═════ Data to examine

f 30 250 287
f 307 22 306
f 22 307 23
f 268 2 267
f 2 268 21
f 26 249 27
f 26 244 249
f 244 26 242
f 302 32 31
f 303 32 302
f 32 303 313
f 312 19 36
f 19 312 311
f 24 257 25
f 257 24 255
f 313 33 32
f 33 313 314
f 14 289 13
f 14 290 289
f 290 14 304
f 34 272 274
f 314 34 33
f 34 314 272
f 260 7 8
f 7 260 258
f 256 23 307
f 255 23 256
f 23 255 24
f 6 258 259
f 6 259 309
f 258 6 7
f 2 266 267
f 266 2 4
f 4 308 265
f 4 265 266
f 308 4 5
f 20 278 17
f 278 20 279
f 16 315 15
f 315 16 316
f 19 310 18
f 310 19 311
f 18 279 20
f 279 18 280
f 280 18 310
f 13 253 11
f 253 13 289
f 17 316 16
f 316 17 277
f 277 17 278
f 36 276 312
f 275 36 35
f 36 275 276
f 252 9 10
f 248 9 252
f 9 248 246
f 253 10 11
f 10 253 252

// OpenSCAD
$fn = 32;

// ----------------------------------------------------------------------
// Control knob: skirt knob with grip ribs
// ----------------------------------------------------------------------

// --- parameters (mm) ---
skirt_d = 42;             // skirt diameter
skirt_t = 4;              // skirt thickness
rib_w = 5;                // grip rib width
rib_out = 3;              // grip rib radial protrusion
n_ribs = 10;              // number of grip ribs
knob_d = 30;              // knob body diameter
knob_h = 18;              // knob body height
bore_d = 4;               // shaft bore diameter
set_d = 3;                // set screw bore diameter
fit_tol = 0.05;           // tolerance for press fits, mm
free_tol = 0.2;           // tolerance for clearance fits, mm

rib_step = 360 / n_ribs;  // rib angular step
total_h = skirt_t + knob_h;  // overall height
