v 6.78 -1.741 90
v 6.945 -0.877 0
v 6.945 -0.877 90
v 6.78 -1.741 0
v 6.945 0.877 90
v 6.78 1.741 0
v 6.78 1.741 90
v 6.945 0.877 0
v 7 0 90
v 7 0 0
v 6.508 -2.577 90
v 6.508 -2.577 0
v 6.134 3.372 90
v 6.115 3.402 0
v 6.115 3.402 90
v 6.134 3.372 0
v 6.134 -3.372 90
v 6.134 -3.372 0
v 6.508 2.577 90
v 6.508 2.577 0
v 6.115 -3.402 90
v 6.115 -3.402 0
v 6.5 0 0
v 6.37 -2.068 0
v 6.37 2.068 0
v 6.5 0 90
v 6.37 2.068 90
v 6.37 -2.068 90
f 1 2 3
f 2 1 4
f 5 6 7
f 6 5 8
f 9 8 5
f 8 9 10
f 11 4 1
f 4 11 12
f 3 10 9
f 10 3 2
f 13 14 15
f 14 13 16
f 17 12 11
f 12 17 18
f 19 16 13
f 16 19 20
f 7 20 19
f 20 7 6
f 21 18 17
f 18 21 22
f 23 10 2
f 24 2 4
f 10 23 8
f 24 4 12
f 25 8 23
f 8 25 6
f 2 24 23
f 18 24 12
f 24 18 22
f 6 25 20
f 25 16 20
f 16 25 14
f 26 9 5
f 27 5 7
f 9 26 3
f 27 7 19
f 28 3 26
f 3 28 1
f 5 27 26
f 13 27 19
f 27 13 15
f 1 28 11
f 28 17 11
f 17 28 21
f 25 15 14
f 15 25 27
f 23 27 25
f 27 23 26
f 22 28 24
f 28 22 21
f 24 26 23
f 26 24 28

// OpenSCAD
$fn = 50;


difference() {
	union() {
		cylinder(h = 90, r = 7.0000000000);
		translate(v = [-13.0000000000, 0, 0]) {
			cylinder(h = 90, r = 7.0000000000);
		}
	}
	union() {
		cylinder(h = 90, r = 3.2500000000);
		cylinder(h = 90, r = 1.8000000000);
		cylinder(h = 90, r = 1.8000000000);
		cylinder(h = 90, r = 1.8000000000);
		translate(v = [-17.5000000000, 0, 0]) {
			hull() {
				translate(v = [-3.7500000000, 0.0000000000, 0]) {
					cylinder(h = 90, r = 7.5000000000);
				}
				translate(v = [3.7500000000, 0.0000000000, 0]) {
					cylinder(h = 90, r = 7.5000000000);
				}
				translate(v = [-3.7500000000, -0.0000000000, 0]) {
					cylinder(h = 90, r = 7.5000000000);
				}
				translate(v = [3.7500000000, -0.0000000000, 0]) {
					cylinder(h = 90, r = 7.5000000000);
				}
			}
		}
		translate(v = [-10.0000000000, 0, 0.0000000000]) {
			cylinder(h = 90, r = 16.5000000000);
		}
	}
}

══════════
═════ Data to examine

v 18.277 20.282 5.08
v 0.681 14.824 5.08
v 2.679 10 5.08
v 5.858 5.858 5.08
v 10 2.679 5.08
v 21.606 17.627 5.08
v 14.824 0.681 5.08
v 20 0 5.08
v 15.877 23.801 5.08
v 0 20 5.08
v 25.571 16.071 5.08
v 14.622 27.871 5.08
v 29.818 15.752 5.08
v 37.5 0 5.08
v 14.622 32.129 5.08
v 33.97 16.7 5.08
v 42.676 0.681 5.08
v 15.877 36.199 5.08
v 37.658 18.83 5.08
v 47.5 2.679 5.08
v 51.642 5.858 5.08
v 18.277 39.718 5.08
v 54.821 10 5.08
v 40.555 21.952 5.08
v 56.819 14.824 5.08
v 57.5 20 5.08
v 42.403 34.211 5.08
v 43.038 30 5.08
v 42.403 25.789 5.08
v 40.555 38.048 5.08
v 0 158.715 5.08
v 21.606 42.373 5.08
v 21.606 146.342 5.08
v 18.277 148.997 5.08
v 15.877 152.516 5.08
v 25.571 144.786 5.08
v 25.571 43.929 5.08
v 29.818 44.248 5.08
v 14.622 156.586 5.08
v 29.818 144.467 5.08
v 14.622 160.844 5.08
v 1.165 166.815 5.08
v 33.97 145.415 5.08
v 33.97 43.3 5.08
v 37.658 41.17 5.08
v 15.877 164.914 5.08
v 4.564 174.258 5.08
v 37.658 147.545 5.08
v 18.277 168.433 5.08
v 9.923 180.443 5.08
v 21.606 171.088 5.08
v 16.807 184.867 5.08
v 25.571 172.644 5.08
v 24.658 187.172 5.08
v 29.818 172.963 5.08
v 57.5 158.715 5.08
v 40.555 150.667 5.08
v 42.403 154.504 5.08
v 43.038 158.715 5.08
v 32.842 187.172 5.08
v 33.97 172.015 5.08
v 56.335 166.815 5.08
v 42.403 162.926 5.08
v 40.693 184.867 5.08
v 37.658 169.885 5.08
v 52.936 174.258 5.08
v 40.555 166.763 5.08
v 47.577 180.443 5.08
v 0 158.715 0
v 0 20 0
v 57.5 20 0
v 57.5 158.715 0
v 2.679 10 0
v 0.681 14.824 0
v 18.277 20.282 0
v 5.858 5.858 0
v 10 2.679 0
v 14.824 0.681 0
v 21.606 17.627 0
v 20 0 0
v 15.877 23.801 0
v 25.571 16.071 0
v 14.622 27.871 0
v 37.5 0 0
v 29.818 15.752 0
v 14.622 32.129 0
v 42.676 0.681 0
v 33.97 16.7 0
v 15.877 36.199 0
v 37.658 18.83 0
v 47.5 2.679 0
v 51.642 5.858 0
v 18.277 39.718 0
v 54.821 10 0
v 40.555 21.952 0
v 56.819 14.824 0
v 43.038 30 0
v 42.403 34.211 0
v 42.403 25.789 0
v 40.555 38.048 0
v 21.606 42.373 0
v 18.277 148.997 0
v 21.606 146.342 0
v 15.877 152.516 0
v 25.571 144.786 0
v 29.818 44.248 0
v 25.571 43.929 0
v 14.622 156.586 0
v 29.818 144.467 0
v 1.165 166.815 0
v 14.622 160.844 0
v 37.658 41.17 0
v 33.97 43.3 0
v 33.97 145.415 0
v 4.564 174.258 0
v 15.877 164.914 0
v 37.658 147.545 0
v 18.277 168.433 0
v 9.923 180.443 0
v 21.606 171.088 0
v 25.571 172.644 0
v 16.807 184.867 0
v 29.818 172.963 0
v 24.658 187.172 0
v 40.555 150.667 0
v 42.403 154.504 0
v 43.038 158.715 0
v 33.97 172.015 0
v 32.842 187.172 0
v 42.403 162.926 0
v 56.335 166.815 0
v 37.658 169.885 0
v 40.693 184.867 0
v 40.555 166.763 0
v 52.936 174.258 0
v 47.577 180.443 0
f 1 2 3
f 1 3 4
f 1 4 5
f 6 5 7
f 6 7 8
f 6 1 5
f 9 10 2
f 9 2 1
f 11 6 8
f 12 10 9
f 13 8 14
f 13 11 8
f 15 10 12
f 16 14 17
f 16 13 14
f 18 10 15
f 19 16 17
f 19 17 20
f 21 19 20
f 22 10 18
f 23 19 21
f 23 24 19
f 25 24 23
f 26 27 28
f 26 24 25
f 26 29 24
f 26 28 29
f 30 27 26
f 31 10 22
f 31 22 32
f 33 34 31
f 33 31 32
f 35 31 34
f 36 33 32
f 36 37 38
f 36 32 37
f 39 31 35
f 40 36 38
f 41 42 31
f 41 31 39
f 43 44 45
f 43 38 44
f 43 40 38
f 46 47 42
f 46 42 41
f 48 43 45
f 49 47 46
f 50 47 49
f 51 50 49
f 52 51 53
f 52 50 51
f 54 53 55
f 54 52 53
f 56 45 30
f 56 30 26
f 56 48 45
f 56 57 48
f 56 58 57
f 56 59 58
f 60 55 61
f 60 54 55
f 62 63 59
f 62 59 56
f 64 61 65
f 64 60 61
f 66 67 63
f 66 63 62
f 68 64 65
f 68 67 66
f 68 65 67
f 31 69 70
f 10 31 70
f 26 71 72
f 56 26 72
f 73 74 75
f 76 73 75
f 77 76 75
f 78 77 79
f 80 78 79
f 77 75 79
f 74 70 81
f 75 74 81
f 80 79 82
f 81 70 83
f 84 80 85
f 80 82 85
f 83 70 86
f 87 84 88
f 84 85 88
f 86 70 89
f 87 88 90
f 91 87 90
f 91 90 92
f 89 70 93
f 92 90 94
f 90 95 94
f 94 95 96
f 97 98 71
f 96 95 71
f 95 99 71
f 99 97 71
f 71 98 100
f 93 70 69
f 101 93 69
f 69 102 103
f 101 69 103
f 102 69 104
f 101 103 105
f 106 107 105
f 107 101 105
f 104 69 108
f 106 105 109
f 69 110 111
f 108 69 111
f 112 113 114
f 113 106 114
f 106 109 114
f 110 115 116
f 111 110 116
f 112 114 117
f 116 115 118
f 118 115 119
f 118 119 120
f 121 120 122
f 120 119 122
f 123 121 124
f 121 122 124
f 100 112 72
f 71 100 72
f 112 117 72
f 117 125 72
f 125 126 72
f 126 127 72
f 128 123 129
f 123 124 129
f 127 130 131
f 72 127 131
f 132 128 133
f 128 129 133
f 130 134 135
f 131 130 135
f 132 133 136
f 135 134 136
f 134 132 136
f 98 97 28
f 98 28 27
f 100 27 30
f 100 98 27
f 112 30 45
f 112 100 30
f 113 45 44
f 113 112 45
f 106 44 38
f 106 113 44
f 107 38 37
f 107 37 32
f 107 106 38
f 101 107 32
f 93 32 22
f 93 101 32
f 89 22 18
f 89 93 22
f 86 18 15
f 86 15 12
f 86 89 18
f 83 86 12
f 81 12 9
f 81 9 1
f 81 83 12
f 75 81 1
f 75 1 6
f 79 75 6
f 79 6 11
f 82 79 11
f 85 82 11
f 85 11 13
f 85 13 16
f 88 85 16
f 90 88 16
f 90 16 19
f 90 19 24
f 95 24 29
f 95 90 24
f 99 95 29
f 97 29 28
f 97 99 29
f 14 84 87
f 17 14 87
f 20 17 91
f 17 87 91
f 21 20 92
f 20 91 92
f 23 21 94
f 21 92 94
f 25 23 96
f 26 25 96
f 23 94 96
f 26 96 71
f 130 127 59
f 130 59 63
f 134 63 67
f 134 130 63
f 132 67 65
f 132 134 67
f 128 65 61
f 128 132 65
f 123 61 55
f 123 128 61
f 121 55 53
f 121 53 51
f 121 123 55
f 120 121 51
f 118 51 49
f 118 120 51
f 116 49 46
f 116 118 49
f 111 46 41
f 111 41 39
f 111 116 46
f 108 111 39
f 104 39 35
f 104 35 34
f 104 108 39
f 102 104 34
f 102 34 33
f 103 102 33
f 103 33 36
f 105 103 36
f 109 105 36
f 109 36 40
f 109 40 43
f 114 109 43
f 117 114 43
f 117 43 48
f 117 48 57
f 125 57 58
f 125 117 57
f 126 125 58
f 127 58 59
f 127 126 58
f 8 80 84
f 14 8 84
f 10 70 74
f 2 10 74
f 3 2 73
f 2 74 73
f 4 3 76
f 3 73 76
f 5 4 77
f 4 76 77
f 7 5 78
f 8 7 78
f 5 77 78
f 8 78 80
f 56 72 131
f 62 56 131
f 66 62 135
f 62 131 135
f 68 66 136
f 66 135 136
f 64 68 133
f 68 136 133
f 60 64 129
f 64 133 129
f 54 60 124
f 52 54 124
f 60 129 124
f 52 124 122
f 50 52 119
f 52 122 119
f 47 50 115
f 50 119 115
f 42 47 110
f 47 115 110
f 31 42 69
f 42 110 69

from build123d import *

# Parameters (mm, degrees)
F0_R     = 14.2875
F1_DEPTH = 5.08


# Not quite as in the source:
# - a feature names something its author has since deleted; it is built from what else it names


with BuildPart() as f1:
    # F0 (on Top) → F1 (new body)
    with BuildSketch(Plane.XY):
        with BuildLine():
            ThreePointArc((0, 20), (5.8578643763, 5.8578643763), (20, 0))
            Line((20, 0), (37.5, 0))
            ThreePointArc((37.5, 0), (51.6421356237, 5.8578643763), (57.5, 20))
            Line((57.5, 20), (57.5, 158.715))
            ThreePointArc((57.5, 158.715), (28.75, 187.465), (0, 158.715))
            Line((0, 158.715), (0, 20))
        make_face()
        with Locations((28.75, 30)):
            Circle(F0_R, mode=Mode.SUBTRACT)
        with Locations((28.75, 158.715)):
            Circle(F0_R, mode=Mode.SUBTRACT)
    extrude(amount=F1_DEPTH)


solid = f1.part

══════════

Beginning with the line containing "f 127 126 58" and ending with the line containing "f 42 110 69", extract those lines exactly from the listing above, and only those.

f 127 126 58
f 8 80 84
f 14 8 84
f 10 70 74
f 2 10 74
f 3 2 73
f 2 74 73
f 4 3 76
f 3 73 76
f 5 4 77
f 4 76 77
f 7 5 78
f 8 7 78
f 5 77 78
f 8 78 80
f 56 72 131
f 62 56 131
f 66 62 135
f 62 131 135
f 68 66 136
f 66 135 136
f 64 68 133
f 68 136 133
f 60 64 129
f 64 133 129
f 54 60 124
f 52 54 124
f 60 129 124
f 52 124 122
f 50 52 119
f 52 122 119
f 47 50 115
f 50 119 115
f 42 47 110
f 47 115 110
f 31 42 69
f 42 110 69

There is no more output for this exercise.